[Exercise data Boundary: Start]
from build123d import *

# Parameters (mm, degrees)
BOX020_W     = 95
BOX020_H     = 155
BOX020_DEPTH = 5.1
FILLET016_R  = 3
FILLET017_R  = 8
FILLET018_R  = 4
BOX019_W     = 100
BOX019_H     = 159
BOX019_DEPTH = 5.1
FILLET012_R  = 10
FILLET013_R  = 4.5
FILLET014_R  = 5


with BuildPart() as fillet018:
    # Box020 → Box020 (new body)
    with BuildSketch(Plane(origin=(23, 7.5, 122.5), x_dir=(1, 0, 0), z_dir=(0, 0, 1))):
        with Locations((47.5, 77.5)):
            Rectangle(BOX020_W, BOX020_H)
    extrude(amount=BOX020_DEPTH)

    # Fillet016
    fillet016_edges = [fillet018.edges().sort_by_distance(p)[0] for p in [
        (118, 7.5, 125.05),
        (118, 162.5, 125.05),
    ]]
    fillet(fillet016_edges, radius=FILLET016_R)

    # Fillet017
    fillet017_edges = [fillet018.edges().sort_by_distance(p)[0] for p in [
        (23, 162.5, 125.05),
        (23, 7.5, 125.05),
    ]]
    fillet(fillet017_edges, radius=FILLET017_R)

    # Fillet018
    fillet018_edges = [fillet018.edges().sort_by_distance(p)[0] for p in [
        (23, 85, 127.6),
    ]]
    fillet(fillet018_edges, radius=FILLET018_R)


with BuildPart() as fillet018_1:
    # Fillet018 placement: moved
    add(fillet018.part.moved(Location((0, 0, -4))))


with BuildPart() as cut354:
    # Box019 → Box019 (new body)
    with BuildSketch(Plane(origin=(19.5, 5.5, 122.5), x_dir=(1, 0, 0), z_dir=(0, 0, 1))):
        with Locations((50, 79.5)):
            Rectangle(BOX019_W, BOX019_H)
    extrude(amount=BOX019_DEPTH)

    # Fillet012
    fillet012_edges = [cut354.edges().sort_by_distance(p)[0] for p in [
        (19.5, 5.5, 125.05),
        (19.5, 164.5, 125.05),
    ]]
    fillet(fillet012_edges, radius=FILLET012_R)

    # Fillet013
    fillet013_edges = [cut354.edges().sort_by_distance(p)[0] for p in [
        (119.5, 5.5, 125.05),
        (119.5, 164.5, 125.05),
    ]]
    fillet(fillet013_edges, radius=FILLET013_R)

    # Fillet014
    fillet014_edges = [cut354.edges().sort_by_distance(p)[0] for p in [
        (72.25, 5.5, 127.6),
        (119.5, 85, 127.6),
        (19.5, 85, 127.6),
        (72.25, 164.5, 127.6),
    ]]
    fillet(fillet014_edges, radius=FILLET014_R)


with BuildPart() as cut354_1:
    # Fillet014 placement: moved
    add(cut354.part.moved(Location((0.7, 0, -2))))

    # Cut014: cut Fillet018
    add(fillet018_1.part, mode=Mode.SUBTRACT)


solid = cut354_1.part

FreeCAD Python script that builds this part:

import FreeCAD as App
import Part
import Sketcher

V = App.Vector


def edges_at(feature, points):
    """Names of the edges that pass closest to the given points."""
    edges = feature.Shape.Edges
    near = lambda p: min(range(len(edges)), key=lambda i: edges[i].distToShape(Part.Vertex(*p))[0])
    return sorted({f"Edge{near(p) + 1}" for p in points})


def add_polygon(sketch, points):
    """Adds a closed chain of lines whose ends are joined by coincident constraints."""
    first, n = sketch.GeometryCount, len(points)
    for a, b in zip(points, points[1:] + points[:1]):
        sketch.addGeometry(Part.LineSegment(App.Vector(*a, 0), App.Vector(*b, 0)), False)
    for i in range(n):
        sketch.addConstraint(Sketcher.Constraint("Coincident", first + i, 2, first + (i + 1) % n, 1))

doc = App.newDocument("Part")
body = doc.addObject("PartDesign::Body", "Body")

# Sketch on XY plane
sketch1 = body.newObject("Sketcher::SketchObject", "Sketch")
sketch1.AttachmentSupport = (doc.getObject("XY_Plane"), [""])
sketch1.MapMode = "FlatFace"
sketch1.AttachmentOffset = App.Placement(V(0, 0, 122.5), App.Rotation())
add_polygon(sketch1, [(23, 162), (23, 8), (118, 8), (118, 162)])  # lines 0-3
sketch1.addConstraint(Sketcher.Constraint("Vertical", 0))
sketch1.addConstraint(Sketcher.Constraint("Horizontal", 1))
sketch1.addConstraint(Sketcher.Constraint("Vertical", 2))
sketch1.addConstraint(Sketcher.Constraint("Horizontal", 3))
sketch1.addConstraint(Sketcher.Constraint("DistanceX", 1, 1, 1, 2, 95.0))
sketch1.addConstraint(Sketcher.Constraint("DistanceY", 0, 2, 0, 1, 155.0))
sketch1.addConstraint(Sketcher.Constraint("DistanceX", -1, 1, 0, 2, 23.0))
sketch1.addConstraint(Sketcher.Constraint("DistanceY", -1, 1, 0, 2, 7.5))
pad1 = body.newObject("PartDesign::Pad", "Pad")
pad1.Profile = sketch1
pad1.Length = 5.1
doc.recompute()

fillet = body.newObject("PartDesign::Fillet", "Fillet")
fillet.Base = (pad1, edges_at(pad1, [(118, 7.5, 125.05), (118, 162.5, 125.05)]))
fillet.Radius = 3
doc.recompute()

fillet2 = body.newObject("PartDesign::Fillet", "Fillet001")
fillet2.Base = (fillet, edges_at(fillet, [(23, 162.5, 125.05), (23, 7.5, 125.05)]))
fillet2.Radius = 8
doc.recompute()

fillet3 = body.newObject("PartDesign::Fillet", "Fillet002")
fillet3.Base = (fillet2, edges_at(fillet2, [(23, 85, 127.6)]))
fillet3.Radius = 4
body2 = doc.addObject("PartDesign::Body", "Body001")
doc.recompute()

body.Placement = App.Placement(V(0, 0, -4), App.Rotation(V(0, 0, 1), 0))
boolean = body2.newObject("PartDesign::Boolean", "Boolean")
boolean.Type = "Fuse"
boolean.addObjects([body])
body3 = doc.addObject("PartDesign::Body", "Body002")

# Sketch on XY plane
sketch2 = body3.newObject("Sketcher::SketchObject", "Sketch001")
sketch2.AttachmentSupport = (doc.getObject("XY_Plane002"), [""])
sketch2.MapMode = "FlatFace"
sketch2.AttachmentOffset = App.Placement(V(0, 0, 122.5), App.Rotation())
add_polygon(sketch2, [(20, 164), (20, 6), (120, 6), (120, 164)])  # lines 0-3
sketch2.addConstraint(Sketcher.Constraint("Vertical", 0))
sketch2.addConstraint(Sketcher.Constraint("Horizontal", 1))
sketch2.addConstraint(Sketcher.Constraint("Vertical", 2))
sketch2.addConstraint(Sketcher.Constraint("Horizontal", 3))
sketch2.addConstraint(Sketcher.Constraint("DistanceX", 1, 1, 1, 2, 100.0))
sketch2.addConstraint(Sketcher.Constraint("DistanceY", 0, 2, 0, 1, 159.0))
sketch2.addConstraint(Sketcher.Constraint("DistanceX", -1, 1, 0, 2, 19.5))
sketch2.addConstraint(Sketcher.Constraint("DistanceY", -1, 1, 0, 2, 5.5))
pad2 = body3.newObject("PartDesign::Pad", "Pad001")
pad2.Profile = sketch2
pad2.Length = 5.1
doc.recompute()

fillet4 = body3.newObject("PartDesign::Fillet", "Fillet003")
fillet4.Base = (pad2, edges_at(pad2, [(19.5, 5.5, 125.05), (19.5, 164.5, 125.05)]))
fillet4.Radius = 10
doc.recompute()

fillet5 = body3.newObject("PartDesign::Fillet", "Fillet004")
fillet5.Base = (fillet4, edges_at(fillet4, [(119.5, 5.5, 125.05), (119.5, 164.5, 125.05)]))
fillet5.Radius = 4.5
doc.recompute()

fillet6 = body3.newObject("PartDesign::Fillet", "Fillet005")
fillet6.Base = (fillet5, edges_at(fillet5, [
    (72.25, 5.5, 127.6),
    (119.5, 85, 127.6),
    (19.5, 85, 127.6),
    (72.25, 164.5, 127.6),
]))
fillet6.Radius = 5
body4 = doc.addObject("PartDesign::Body", "Body003")
doc.recompute()

body3.Placement = App.Placement(V(0.7, 0, -2), App.Rotation(V(0, 0, 1), 0))
boolean2 = body4.newObject("PartDesign::Boolean", "Boolean001")
boolean2.Type = "Fuse"
boolean2.addObjects([body3])
doc.recompute()

boolean3 = body4.newObject("PartDesign::Boolean", "Boolean002")
boolean3.Type = "Cut"
boolean3.addObjects([body2])

doc.recompute()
[Exercise data Boundary: End]
Begin at the line above that has "Rectangle(BOX020_W, BOX020_H)" and stop after the line that has "FreeCAD Python script", copying each line exactly and adding nothing else.

**Exercise result**
            Rectangle(BOX020_W, BOX020_H)
    extrude(amount=BOX020_DEPTH)

    # Fillet016
    fillet016_edges = [fillet018.edges().sort_by_distance(p)[0] for p in [
        (118, 7.5, 125.05),
        (118, 162.5, 125.05),
    ]]
    fillet(fillet016_edges, radius=FILLET016_R)

    # Fillet017
    fillet017_edges = [fillet018.edges().sort_by_distance(p)[0] for p in [
        (23, 162.5, 125.05),
        (23, 7.5, 125.05),
    ]]
    fillet(fillet017_edges, radius=FILLET017_R)

    # Fillet018
    fillet018_edges = [fillet018.edges().sort_by_distance(p)[0] for p in [
        (23, 85, 127.6),
    ]]
    fillet(fillet018_edges, radius=FILLET018_R)


with BuildPart() as fillet018_1:
    # Fillet018 placement: moved
    add(fillet018.part.moved(Location((0, 0, -4))))


with BuildPart() as cut354:
    # Box019 → Box019 (new body)
    with BuildSketch(Plane(origin=(19.5, 5.5, 122.5), x_dir=(1, 0, 0), z_dir=(0, 0, 1))):
        with Locations((50, 79.5)):
            Rectangle(BOX019_W, BOX019_H)
    extrude(amount=BOX019_DEPTH)

    # Fillet012
    fillet012_edges = [cut354.edges().sort_by_distance(p)[0] for p in [
        (19.5, 5.5, 125.05),
        (19.5, 164.5, 125.05),
    ]]
    fillet(fillet012_edges, radius=FILLET012_R)

    # Fillet013
    fillet013_edges = [cut354.edges().sort_by_distance(p)[0] for p in [
        (119.5, 5.5, 125.05),
        (119.5, 164.5, 125.05),
    ]]
    fillet(fillet013_edges, radius=FILLET013_R)

    # Fillet014
    fillet014_edges = [cut354.edges().sort_by_distance(p)[0] for p in [
        (72.25, 5.5, 127.6),
        (119.5, 85, 127.6),
        (19.5, 85, 127.6),
        (72.25, 164.5, 127.6),
    ]]
    fillet(fillet014_edges, radius=FILLET014_R)


with BuildPart() as cut354_1:
    # Fillet014 placement: moved
    add(cut354.part.moved(Location((0.7, 0, -2))))

    # Cut014: cut Fillet018
    add(fillet018_1.part, mode=Mode.SUBTRACT)


solid = cut354_1.part

FreeCAD Python script that builds this part:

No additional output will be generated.